5. Advanced topics - bbuchfink/diamond GitHub Wiki

Optimizing performance

Substantial gains in performance can be achieved by configuring the tool according to the needs of a given application instead of simply running it with with default settings. Some points to consider:

  • Set the -e parameter (maximum expected value) as low as possible.

  • Set the -k parameter (number of target sequences to report alignments for) as low as possible. This will improve performance and reduce the use of temporary disk space and the size of the output files.

  • Configure the tabular output format to only report the output fields that are actually required (see output options).

  • Use the BLAST tabular format for machine-based processing of the output. Use the XML and SAM format only if required by your downstream tools or if you prefer it as a human-readable format.

  • Use the option --compress 1 to automatically generate gzip-compressed output files.

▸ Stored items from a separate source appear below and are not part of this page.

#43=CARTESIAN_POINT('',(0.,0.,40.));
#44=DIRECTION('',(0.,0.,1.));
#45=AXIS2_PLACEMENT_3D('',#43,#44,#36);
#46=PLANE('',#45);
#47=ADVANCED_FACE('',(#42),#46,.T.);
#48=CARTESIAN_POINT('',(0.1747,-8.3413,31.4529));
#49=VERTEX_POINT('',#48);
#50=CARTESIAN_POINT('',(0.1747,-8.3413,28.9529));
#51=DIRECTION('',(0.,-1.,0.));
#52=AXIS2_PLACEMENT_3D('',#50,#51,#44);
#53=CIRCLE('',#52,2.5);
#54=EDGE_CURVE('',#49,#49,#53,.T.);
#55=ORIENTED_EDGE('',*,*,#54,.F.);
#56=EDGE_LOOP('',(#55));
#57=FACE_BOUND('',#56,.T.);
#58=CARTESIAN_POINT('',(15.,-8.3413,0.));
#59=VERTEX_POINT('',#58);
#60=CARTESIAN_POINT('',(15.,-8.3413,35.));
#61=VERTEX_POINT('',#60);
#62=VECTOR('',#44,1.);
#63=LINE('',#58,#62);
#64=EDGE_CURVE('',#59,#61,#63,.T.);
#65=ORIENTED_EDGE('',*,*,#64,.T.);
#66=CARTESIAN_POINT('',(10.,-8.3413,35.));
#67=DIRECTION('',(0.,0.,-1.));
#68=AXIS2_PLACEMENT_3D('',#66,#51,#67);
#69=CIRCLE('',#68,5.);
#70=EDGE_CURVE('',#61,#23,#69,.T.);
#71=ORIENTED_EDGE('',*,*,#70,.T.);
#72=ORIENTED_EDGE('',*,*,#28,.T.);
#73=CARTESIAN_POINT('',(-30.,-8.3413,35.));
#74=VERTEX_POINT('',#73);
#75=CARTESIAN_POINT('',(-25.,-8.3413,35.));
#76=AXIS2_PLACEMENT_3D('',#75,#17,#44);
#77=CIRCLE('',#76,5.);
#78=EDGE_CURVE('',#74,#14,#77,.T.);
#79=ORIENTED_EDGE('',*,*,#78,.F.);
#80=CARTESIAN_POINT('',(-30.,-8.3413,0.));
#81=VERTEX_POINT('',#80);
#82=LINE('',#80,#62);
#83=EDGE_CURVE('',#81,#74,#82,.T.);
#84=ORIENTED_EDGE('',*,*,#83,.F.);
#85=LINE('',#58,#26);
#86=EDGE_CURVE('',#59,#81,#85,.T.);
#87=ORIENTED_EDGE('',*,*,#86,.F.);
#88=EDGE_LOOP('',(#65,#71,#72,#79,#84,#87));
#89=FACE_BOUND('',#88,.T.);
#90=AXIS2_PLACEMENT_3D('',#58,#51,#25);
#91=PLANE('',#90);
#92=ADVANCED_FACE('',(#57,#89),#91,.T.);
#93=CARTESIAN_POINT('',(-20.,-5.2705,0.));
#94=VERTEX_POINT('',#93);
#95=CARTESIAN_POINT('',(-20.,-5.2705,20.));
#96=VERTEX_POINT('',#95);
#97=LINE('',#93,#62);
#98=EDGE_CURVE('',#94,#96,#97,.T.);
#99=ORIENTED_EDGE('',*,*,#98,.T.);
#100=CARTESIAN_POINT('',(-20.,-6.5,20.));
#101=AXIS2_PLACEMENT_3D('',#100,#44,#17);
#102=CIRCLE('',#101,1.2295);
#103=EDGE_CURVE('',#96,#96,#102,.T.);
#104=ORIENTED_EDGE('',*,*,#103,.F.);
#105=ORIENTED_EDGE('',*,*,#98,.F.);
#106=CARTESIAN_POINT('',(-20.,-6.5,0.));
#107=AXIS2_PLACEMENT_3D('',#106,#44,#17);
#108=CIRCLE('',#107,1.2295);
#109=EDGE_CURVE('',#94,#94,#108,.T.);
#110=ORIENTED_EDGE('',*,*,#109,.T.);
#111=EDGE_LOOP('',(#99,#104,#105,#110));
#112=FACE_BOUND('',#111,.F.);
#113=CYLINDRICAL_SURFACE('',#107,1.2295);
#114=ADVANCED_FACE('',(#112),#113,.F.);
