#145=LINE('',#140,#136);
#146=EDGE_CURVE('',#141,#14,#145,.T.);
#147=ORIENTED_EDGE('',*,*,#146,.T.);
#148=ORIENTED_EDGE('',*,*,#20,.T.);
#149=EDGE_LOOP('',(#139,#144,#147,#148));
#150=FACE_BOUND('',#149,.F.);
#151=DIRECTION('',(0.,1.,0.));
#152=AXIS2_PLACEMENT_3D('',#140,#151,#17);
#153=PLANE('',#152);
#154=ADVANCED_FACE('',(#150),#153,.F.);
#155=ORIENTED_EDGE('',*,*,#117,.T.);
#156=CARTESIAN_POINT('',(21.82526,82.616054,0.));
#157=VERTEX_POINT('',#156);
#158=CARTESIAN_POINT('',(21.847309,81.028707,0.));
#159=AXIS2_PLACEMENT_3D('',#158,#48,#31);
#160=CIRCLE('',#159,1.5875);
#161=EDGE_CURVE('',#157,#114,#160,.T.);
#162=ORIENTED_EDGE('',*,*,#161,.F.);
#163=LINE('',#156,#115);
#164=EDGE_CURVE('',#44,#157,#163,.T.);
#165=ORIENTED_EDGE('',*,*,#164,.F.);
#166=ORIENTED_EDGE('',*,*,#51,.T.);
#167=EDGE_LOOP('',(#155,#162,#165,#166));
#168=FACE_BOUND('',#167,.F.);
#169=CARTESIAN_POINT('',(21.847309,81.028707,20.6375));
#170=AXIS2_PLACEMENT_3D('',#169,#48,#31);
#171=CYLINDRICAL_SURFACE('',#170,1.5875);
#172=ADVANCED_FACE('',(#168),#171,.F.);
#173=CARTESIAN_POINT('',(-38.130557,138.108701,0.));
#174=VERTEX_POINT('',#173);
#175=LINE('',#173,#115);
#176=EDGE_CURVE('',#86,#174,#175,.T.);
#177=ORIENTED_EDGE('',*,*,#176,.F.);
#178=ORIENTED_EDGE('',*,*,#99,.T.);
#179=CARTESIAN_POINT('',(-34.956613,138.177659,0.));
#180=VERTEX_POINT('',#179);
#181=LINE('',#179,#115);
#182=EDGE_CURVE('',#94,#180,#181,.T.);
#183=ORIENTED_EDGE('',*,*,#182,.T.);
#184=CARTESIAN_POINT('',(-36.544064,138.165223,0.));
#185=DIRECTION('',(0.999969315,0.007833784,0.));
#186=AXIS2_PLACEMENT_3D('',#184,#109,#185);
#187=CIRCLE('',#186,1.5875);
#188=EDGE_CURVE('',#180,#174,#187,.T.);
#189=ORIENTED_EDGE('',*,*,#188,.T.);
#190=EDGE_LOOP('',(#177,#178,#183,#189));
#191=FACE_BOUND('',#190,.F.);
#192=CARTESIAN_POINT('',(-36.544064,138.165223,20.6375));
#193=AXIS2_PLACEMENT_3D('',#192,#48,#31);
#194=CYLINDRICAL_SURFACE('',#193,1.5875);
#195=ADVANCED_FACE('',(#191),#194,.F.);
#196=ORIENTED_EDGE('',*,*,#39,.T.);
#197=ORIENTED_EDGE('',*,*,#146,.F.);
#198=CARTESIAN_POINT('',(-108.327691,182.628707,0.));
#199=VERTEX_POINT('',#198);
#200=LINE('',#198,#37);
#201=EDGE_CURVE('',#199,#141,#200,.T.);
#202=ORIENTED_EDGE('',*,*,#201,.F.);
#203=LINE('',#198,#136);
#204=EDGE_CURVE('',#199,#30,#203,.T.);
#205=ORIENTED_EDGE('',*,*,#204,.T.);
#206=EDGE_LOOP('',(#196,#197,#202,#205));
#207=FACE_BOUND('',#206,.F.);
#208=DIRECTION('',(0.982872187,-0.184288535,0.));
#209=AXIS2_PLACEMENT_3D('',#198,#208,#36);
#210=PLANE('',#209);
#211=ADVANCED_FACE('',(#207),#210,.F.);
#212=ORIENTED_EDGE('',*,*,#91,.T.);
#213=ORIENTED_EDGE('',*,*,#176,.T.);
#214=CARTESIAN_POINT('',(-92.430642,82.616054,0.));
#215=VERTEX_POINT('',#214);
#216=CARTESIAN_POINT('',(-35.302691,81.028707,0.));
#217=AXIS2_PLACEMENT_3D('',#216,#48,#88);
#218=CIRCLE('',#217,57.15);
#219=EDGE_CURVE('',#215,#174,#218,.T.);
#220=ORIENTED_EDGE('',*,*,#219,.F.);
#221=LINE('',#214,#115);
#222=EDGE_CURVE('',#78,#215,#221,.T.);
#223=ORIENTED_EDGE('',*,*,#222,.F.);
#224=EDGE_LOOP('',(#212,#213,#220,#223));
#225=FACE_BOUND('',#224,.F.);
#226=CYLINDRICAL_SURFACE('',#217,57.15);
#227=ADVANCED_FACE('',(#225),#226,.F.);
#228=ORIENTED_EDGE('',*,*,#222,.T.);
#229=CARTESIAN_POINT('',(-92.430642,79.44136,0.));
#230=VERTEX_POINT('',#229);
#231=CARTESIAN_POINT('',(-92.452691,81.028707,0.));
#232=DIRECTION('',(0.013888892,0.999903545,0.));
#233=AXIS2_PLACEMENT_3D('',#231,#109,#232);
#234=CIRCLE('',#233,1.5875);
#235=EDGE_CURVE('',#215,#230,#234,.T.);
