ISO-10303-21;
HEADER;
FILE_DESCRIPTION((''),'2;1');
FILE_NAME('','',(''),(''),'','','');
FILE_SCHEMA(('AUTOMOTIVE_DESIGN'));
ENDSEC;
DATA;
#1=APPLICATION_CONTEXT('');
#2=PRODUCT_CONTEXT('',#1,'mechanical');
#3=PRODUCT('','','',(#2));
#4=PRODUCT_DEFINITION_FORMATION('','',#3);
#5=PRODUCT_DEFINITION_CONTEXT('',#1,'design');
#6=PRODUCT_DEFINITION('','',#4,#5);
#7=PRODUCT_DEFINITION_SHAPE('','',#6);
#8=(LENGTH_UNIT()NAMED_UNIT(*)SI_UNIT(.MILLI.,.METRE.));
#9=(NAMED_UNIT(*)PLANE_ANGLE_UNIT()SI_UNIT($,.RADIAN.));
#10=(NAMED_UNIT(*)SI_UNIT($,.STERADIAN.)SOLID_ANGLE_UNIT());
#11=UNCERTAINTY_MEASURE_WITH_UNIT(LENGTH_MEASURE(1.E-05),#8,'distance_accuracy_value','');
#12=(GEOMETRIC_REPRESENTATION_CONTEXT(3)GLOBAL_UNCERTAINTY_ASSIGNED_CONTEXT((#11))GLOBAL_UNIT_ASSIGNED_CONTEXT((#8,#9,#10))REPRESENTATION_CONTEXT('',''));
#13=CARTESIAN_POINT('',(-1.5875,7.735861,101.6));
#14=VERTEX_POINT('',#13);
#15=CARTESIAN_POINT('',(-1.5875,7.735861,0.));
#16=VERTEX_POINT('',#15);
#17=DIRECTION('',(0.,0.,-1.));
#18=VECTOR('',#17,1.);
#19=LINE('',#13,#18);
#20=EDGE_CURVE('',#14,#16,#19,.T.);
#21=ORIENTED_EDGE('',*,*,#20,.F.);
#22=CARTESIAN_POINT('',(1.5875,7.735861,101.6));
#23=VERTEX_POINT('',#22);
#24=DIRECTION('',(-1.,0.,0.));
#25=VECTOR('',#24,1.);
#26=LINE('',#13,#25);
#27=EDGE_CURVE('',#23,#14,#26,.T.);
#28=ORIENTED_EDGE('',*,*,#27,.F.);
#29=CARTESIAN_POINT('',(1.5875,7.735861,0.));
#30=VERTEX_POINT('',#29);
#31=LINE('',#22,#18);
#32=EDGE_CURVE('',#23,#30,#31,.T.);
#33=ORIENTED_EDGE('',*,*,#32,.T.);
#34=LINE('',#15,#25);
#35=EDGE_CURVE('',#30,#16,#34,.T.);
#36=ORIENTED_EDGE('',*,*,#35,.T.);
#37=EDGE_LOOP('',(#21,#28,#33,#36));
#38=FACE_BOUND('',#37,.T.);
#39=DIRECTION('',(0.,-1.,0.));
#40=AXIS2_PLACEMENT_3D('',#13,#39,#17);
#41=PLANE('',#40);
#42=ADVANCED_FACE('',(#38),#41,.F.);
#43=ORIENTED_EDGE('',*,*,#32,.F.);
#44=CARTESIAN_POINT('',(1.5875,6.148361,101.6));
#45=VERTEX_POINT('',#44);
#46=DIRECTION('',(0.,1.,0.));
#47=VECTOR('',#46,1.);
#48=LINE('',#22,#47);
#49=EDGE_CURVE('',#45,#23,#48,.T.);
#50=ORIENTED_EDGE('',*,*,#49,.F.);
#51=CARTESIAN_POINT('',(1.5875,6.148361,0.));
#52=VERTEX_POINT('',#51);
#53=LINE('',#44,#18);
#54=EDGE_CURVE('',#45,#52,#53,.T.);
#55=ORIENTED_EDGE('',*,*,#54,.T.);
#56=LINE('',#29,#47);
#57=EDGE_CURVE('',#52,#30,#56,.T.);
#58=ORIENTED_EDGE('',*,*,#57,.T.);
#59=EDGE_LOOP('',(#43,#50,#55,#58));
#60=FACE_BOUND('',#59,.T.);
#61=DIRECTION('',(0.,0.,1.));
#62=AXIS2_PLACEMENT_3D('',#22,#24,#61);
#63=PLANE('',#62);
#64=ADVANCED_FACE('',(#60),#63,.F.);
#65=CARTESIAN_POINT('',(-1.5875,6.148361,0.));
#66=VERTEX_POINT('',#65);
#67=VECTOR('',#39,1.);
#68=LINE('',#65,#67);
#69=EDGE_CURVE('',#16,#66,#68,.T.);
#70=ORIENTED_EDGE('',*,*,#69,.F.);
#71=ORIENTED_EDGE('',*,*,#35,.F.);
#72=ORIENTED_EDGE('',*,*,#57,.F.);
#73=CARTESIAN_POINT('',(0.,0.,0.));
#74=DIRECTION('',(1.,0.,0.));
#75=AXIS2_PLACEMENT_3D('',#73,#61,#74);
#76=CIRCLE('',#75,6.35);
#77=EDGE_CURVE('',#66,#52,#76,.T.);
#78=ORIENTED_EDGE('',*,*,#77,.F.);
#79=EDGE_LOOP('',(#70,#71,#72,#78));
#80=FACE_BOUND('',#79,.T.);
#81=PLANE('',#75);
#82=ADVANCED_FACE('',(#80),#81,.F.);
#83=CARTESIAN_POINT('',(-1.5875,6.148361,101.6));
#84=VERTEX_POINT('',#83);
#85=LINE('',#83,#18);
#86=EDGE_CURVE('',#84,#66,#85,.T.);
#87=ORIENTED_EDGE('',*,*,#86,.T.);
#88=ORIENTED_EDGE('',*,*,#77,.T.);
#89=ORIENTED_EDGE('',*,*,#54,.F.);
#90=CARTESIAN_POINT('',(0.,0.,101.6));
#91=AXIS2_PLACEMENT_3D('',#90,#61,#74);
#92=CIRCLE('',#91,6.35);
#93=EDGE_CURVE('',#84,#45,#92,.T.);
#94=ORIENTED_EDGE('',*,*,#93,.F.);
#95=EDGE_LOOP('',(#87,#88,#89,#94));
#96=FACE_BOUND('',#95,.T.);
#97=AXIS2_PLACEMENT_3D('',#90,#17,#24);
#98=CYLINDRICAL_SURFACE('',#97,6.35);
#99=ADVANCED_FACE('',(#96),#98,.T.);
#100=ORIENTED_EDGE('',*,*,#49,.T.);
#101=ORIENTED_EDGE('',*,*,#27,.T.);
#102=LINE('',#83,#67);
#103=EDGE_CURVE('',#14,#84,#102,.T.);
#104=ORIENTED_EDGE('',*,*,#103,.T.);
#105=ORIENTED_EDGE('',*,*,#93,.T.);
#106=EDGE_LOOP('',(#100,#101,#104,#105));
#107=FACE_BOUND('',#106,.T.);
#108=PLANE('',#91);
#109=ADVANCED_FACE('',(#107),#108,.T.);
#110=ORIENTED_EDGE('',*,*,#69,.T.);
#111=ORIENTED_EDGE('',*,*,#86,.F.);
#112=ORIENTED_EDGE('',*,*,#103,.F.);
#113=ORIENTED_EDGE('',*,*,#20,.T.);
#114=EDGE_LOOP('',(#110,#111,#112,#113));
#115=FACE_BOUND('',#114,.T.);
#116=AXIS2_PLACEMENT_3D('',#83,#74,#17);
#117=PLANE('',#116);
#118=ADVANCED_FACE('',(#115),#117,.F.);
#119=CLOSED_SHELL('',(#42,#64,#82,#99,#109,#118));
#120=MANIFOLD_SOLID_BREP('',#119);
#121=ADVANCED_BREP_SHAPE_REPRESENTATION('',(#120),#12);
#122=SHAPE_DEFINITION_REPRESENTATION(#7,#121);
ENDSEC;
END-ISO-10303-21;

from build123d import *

# Parameters (mm, degrees)
BOSS_EXTRUDE1_DEPTH = 101.6


with BuildPart() as part:
    # Sketch1 → Boss-Extrude1 (new body)
    with BuildSketch(Plane.XY):
        with BuildLine():
            Line((-1.5875, 6.148361062), (-1.5875, 7.735861062))
            Line((-1.5875, 7.735861062), (1.5875, 7.735861062))
            Line((1.5875, 7.735861062), (1.5875, 6.148361062))
            ThreePointArc((1.5875, 6.148361062), (0, -6.35), (-1.5875, 6.148361062))
        make_face()
    extrude(amount=BOSS_EXTRUDE1_DEPTH)


solid = part.part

  • Set the block size (-b) and index chunks (-c) parameters according to the available resources on your system.

Compiling with custom GCC

Download and compile GCC:

cd
wget ftp://ftp.gnu.org/gnu/gcc/gcc-10.2.0/gcc-10.2.0.tar.gz
tar xzf gcc-10.2.0.tar.gz
cd gcc-10.2.0
./contrib/download_prerequisites
cd ..
mkdir objdir
cd objdir
$PWD/../gcc-10.2.0/configure --prefix=$HOME/GCC-10.2.0 --disable-multilib --disable-bootstrap --enable-languages=c++
make -j 8
make install

Download and compile Diamond:

cd
git clone https://github.com/bbuchfink/diamond.git
cd diamond
mkdir bin
cd bin
export CC=$HOME/GCC-10.2.0/bin/gcc
export CXX=$HOME/GCC-10.2.0/bin/g++
cmake -DSTATIC_LIBGCC=ON -DSTATIC_LIBSTDC++=ON ..
make -j8

Database format versions

  • v0.9.25 to current produce format version 3 and accept format version 2-3.
  • v0.9.19 to v0.9.24 produce and accept format version 2.
  • v0.9.0 to v0.9.18 produce and accept format version 1.
  • v0.8.12 to v0.8.38 produce and accept format version 0.

Small database optimization

Since v2.0.8, an optimization to increase performance for small (<10 MB) database files is available. To use it, invoke diamond makeidx -d <database file>, which will create a <database file>.dmnd.seed_idx file that can be used in subsequent alignment runs. This call should be provided with one of the sensitivity settings (--mid-sensitive, --sensitive, --more-sensitive, --very-sensitive, --ultra-sensitive or default) and optionally, the number of seed shapes (-s). The generated index file is specific to this sensitivity setting. The setting for subsequent alignment runs needs to match this sensitivity setting, otherwise undefined behaviour will occur.

To use the index file for an alignment run, set the option --target-indexed. The file is loaded using memory mapping and can be shared among processes.

This optimization was developed for project Serratus.